▶ [AIM OF THE TASK]: Up to and including the line with "e19 v19 v16 LINE", output the records exactly as they appear.

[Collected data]

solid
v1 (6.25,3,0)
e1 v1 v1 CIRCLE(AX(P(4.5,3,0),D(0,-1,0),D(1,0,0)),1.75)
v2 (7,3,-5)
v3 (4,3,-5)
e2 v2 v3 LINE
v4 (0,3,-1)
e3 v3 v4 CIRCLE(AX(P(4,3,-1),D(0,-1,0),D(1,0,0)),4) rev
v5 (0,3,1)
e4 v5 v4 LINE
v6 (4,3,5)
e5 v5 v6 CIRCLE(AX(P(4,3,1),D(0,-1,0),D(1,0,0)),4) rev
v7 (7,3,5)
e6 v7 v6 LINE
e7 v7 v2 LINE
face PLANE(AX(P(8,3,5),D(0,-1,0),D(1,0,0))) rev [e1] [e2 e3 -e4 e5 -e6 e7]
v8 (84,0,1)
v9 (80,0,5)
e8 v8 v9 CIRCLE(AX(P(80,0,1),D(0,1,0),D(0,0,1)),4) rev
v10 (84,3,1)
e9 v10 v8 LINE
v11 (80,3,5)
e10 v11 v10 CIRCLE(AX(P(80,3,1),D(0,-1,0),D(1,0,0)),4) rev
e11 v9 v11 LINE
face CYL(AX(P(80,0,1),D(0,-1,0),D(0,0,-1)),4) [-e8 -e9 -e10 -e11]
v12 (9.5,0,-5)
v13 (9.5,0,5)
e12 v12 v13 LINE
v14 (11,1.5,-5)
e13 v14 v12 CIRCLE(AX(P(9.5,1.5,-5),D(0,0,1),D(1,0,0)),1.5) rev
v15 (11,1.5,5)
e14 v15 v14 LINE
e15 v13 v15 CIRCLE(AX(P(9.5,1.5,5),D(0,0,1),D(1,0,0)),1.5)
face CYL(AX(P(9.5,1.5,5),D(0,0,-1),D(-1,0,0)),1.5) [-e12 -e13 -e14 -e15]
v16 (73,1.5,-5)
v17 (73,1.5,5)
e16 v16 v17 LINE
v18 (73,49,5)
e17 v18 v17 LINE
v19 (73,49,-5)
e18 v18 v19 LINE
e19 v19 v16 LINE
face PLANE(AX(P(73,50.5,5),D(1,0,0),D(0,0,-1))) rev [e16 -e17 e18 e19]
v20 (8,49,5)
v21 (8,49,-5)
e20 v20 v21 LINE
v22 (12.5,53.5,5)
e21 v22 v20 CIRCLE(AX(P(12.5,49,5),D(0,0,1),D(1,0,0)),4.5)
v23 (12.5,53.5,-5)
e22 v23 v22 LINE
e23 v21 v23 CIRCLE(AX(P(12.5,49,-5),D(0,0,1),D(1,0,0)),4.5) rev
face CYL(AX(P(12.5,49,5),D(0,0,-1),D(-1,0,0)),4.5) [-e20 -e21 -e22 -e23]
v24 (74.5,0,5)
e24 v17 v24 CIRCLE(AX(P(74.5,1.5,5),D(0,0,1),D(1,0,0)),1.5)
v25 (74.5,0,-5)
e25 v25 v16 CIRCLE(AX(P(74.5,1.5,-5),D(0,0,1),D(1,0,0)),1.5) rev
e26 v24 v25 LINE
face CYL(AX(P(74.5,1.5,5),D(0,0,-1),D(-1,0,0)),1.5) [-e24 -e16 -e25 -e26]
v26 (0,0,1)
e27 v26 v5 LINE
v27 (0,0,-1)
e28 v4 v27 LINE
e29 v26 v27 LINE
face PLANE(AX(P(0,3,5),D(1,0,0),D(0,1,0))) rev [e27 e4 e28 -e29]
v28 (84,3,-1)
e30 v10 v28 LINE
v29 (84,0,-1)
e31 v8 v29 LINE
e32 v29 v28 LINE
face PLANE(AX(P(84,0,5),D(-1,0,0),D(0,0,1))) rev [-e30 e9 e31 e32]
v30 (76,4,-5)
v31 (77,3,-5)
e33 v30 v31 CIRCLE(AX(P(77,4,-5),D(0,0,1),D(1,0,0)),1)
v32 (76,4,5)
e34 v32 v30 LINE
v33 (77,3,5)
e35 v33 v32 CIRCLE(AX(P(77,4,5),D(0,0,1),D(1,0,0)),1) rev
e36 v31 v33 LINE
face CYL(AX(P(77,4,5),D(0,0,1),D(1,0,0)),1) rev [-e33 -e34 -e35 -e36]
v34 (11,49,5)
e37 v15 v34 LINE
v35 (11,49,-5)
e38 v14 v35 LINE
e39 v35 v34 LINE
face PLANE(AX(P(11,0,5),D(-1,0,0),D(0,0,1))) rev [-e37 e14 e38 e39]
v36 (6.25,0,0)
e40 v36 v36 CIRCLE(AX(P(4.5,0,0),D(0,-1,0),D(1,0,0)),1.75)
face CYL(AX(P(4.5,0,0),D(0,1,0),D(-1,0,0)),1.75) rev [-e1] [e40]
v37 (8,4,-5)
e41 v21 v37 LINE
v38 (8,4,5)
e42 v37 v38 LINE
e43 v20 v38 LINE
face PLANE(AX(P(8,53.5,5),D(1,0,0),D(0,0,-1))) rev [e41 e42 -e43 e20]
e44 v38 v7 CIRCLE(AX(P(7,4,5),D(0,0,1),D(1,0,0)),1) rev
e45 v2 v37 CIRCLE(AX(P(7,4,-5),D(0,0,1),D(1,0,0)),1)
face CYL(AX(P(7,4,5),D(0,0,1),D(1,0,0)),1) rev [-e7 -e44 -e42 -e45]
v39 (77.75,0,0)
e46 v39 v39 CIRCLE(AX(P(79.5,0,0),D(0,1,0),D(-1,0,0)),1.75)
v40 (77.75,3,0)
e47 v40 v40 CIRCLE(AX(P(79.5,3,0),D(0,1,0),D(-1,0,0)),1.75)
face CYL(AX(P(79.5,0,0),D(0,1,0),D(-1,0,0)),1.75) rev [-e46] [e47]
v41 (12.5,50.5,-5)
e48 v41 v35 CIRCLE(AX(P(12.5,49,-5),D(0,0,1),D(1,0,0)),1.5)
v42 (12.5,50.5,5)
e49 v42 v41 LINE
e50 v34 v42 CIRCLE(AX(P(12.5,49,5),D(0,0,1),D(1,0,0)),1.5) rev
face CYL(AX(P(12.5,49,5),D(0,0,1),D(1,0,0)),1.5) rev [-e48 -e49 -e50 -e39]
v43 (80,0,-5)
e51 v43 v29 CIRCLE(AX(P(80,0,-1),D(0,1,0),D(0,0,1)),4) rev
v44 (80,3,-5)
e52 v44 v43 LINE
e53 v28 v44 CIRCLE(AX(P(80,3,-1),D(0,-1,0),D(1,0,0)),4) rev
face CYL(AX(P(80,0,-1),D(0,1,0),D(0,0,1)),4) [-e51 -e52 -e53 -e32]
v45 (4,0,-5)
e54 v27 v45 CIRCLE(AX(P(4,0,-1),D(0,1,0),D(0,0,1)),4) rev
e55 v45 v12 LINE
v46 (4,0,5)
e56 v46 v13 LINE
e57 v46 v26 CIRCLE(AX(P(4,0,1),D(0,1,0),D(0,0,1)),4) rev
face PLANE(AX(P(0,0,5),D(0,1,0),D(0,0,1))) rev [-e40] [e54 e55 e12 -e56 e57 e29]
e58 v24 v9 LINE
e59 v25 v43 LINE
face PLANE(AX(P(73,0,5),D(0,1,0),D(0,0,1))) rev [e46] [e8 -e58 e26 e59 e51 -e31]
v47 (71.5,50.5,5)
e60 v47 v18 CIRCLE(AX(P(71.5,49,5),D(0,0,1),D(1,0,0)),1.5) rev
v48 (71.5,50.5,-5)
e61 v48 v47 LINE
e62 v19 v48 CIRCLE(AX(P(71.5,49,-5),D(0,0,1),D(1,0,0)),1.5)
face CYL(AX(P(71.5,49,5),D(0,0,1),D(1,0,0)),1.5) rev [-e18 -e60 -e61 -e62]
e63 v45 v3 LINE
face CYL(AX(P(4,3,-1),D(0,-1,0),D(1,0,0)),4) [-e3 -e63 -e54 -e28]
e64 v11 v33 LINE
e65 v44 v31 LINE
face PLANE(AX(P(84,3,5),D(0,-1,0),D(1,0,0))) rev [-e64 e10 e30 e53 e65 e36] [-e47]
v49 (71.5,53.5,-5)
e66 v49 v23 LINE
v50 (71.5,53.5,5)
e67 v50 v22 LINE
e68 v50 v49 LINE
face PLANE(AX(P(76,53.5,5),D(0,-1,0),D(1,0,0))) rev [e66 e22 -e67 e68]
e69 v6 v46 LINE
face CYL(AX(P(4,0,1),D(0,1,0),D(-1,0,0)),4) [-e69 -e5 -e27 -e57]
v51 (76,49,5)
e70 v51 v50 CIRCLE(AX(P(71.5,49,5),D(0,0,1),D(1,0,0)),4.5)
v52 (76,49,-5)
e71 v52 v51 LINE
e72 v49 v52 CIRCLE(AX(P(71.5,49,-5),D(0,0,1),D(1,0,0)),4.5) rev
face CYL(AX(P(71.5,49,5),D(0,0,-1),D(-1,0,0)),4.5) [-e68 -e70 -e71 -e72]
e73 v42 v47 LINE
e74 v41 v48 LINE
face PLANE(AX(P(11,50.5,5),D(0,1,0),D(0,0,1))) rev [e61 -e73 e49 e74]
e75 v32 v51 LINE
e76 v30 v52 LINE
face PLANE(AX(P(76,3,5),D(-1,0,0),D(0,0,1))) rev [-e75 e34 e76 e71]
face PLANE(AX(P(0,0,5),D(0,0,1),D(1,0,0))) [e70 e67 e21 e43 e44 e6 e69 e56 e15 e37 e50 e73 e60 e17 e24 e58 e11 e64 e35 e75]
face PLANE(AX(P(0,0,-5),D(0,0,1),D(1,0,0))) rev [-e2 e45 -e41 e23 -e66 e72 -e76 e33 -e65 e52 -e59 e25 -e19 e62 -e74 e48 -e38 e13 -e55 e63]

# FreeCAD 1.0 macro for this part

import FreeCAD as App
import Part
import Sketcher

V = App.Vector
Q = App.Units.Quantity


def edges_at(feature, points):
    """Names of the edges that pass closest to the given points."""
    edges = feature.Shape.Edges
    near = lambda p: min(range(len(edges)), key=lambda i: edges[i].distToShape(Part.Vertex(*p))[0])
    return sorted({f"Edge{near(p) + 1}" for p in points})

doc = App.newDocument("Part")
body = doc.addObject("PartDesign::Body", "Body")

# Sketch on XY plane
sketch1 = doc.addObject("Sketcher::SketchObject", "Sketch")
body.addObject(sketch1)
sketch1.AttachmentSupport = (doc.XY_Plane, [""])
sketch1.MapMode = "FlatFace"
sketch1.addGeometry(Part.LineSegment(V(0, 0, 0), V(11, 0, 0)), False)
sketch1.addGeometry(Part.LineSegment(V(11, 0, 0), V(11, 50.5, 0)), False)
sketch1.addGeometry(Part.LineSegment(V(11, 50.5, 0), V(73, 50.5, 0)), False)
sketch1.addGeometry(Part.LineSegment(V(73, 50.5, 0), V(73, 0, 0)), False)
sketch1.addGeometry(Part.LineSegment(V(73, 0, 0), V(84, 0, 0)), False)
sketch1.addGeometry(Part.LineSegment(V(84, 0, 0), V(84, 3, 0)), False)
sketch1.addGeometry(Part.LineSegment(V(84, 3, 0), V(76, 3, 0)), False)
sketch1.addGeometry(Part.LineSegment(V(76, 3, 0), V(76, 53.5, 0)), False)
sketch1.addGeometry(Part.LineSegment(V(76, 53.5, 0), V(8, 53.5, 0)), False)
sketch1.addGeometry(Part.LineSegment(V(8, 53.5, 0), V(8, 3, 0)), False)
sketch1.addGeometry(Part.LineSegment(V(8, 3, 0), V(0, 3, 0)), False)
sketch1.addGeometry(Part.LineSegment(V(0, 3, 0), V(0, 0, 0)), False)
sketch1.addConstraint(Sketcher.Constraint("Coincident", 0, 2, 1, 1))
sketch1.addConstraint(Sketcher.Constraint("Coincident", 1, 2, 2, 1))
sketch1.addConstraint(Sketcher.Constraint("Coincident", 2, 2, 3, 1))
sketch1.addConstraint(Sketcher.Constraint("Coincident", 3, 2, 4, 1))
sketch1.addConstraint(Sketcher.Constraint("Coincident", 4, 2, 5, 1))
sketch1.addConstraint(Sketcher.Constraint("Coincident", 5, 2, 6, 1))
sketch1.addConstraint(Sketcher.Constraint("Coincident", 6, 2, 7, 1))
sketch1.addConstraint(Sketcher.Constraint("Coincident", 7, 2, 8, 1))
sketch1.addConstraint(Sketcher.Constraint("Coincident", 8, 2, 9, 1))
sketch1.addConstraint(Sketcher.Constraint("Coincident", 9, 2, 10, 1))
sketch1.addConstraint(Sketcher.Constraint("Coincident", 10, 2, 11, 1))
sketch1.addConstraint(Sketcher.Constraint("Coincident", 11, 2, 0, 1))
sketch1.addConstraint(Sketcher.Constraint("Horizontal", 0))
sketch1.addConstraint(Sketcher.Constraint("Vertical", 1))
sketch1.addConstraint(Sketcher.Constraint("Horizontal", 2))
sketch1.addConstraint(Sketcher.Constraint("Vertical", 3))
sketch1.addConstraint(Sketcher.Constraint("Horizontal", 4))
sketch1.addConstraint(Sketcher.Constraint("Vertical", 5))
sketch1.addConstraint(Sketcher.Constraint("Horizontal", 6))
sketch1.addConstraint(Sketcher.Constraint("Vertical", 7))
sketch1.addConstraint(Sketcher.Constraint("Horizontal", 8))
sketch1.addConstraint(Sketcher.Constraint("Vertical", 9))
sketch1.addConstraint(Sketcher.Constraint("Horizontal", 10))
sketch1.addConstraint(Sketcher.Constraint("Vertical", 11))
sketch1.addConstraint(Sketcher.Constraint("Coincident", 11, 2, -1, 1))
sketch1.addConstraint(Sketcher.Constraint("PointOnObject", 3, 2, -1))
sketch1.addConstraint(Sketcher.Constraint("Horizontal", 6, 2, 9, 2))
sketch1.addConstraint(Sketcher.Constraint("Equal", 0, 4))
sketch1.addConstraint(Sketcher.Constraint("Equal", 6, 10))
sketch1.addConstraint(Sketcher.Constraint("Equal", 3, 7))
sketch1.addConstraint(Sketcher.Constraint("DistanceX", 0, 1, 0, 2, Q("11 mm")))
sketch1.addConstraint(Sketcher.Constraint("DistanceX", 2, 1, 2, 2, Q("62 mm")))
sketch1.addConstraint(Sketcher.Constraint("DistanceX", 6, 2, 6, 1, Q("8 mm")))
sketch1.addConstraint(Sketcher.Constraint("DistanceY", 5, 1, 5, 2, Q("3 mm")))
sketch1.addConstraint(Sketcher.Constraint("DistanceY", 1, 1, 1, 2, Q("50.5 mm")))
pad1 = doc.addObject("PartDesign::Pad", "Pad")
body.addObject(pad1)
pad1.Profile = sketch1
pad1.Length = 10
pad1.Midplane = True
doc.recompute()

fillet = doc.addObject("PartDesign::Fillet", "Fillet")
body.addObject(fillet)
fillet.Base = (pad1, edges_at(pad1, [
    (84, 1.5, -5),
    (0, 1.5, -5),
    (84, 1.5, 5),
    (0, 1.5, 5),
]))
fillet.Radius = 4

# Sketch on XZ plane
sketch2 = doc.addObject("Sketcher::SketchObject", "Sketch001")
body.addObject(sketch2)
sketch2.AttachmentSupport = (doc.XZ_Plane, [""])
sketch2.MapMode = "FlatFace"
sketch2.AttachmentOffset = App.Placement(V(0, 0, -3), App.Rotation())
sketch2.addGeometry(Part.Circle(V(79.5, 0, 0), V(0, 0, 1), 1.75), False)
sketch2.addConstraint(Sketcher.Constraint("PointOnObject", 0, 3, -1))
sketch2.addConstraint(Sketcher.Constraint("Diameter", 0, Q("3.5 mm")))
sketch2.addConstraint(Sketcher.Constraint("DistanceX", -1, 1, 0, 3, Q("79.5 mm")))
pocket1 = doc.addObject("PartDesign::Pocket", "Pocket")
body.addObject(pocket1)
pocket1.Profile = sketch2
pocket1.Type = "ThroughAll"
pocket1.Reversed = True
doc.recompute()

datumplane = doc.addObject("PartDesign::Plane", "DatumPlane")
body.addObject(datumplane)
datumplane.AttachmentSupport = (doc.YZ_Plane, [""])
datumplane.MapMode = "FlatFace"
datumplane.AttachmentOffset = App.Placement(V(0, 0, 42), App.Rotation())
mirrored = doc.addObject("PartDesign::Mirrored", "Mirrored")
body.addObject(mirrored)
mirrored.Originals = [pocket1]
mirrored.MirrorPlane = (datumplane, [""])
body.Tip = mirrored
doc.recompute()

fillet2 = doc.addObject("PartDesign::Fillet", "Fillet001")
body.addObject(fillet2)
fillet2.Base = (mirrored, edges_at(mirrored, [(73, 50.5, 0), (11, 50.5, 0)]))
fillet2.Radius = 1.5
doc.recompute()

fillet3 = doc.addObject("PartDesign::Fillet", "Fillet002")
body.addObject(fillet3)
fillet3.Base = (fillet2, edges_at(fillet2, [(8, 53.5, 0), (76, 53.5, 0)]))
fillet3.Radius = 4.5
doc.recompute()

fillet4 = doc.addObject("PartDesign::Fillet", "Fillet003")
body.addObject(fillet4)
fillet4.Base = (fillet3, edges_at(fillet3, [(73, 0, 0), (11, 0, 0)]))
fillet4.Radius = 1.5
doc.recompute()

fillet5 = doc.addObject("PartDesign::Fillet", "Fillet004")
body.addObject(fillet5)
fillet5.Base = (fillet4, edges_at(fillet4, [(8, 3, 0), (76, 3, 0)]))
fillet5.Radius = 1

doc.recompute()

▶ [TASK ANSWER]:
solid
v1 (6.25,3,0)
e1 v1 v1 CIRCLE(AX(P(4.5,3,0),D(0,-1,0),D(1,0,0)),1.75)
v2 (7,3,-5)
v3 (4,3,-5)
e2 v2 v3 LINE
v4 (0,3,-1)
e3 v3 v4 CIRCLE(AX(P(4,3,-1),D(0,-1,0),D(1,0,0)),4) rev
v5 (0,3,1)
e4 v5 v4 LINE
v6 (4,3,5)
e5 v5 v6 CIRCLE(AX(P(4,3,1),D(0,-1,0),D(1,0,0)),4) rev
v7 (7,3,5)
e6 v7 v6 LINE
e7 v7 v2 LINE
face PLANE(AX(P(8,3,5),D(0,-1,0),D(1,0,0))) rev [e1] [e2 e3 -e4 e5 -e6 e7]
v8 (84,0,1)
v9 (80,0,5)
e8 v8 v9 CIRCLE(AX(P(80,0,1),D(0,1,0),D(0,0,1)),4) rev
v10 (84,3,1)
e9 v10 v8 LINE
v11 (80,3,5)
e10 v11 v10 CIRCLE(AX(P(80,3,1),D(0,-1,0),D(1,0,0)),4) rev
e11 v9 v11 LINE
face CYL(AX(P(80,0,1),D(0,-1,0),D(0,0,-1)),4) [-e8 -e9 -e10 -e11]
v12 (9.5,0,-5)
v13 (9.5,0,5)
e12 v12 v13 LINE
v14 (11,1.5,-5)
e13 v14 v12 CIRCLE(AX(P(9.5,1.5,-5),D(0,0,1),D(1,0,0)),1.5) rev
v15 (11,1.5,5)
e14 v15 v14 LINE
e15 v13 v15 CIRCLE(AX(P(9.5,1.5,5),D(0,0,1),D(1,0,0)),1.5)
face CYL(AX(P(9.5,1.5,5),D(0,0,-1),D(-1,0,0)),1.5) [-e12 -e13 -e14 -e15]
v16 (73,1.5,-5)
v17 (73,1.5,5)
e16 v16 v17 LINE
v18 (73,49,5)
e17 v18 v17 LINE
v19 (73,49,-5)
e18 v18 v19 LINE
e19 v19 v16 LINE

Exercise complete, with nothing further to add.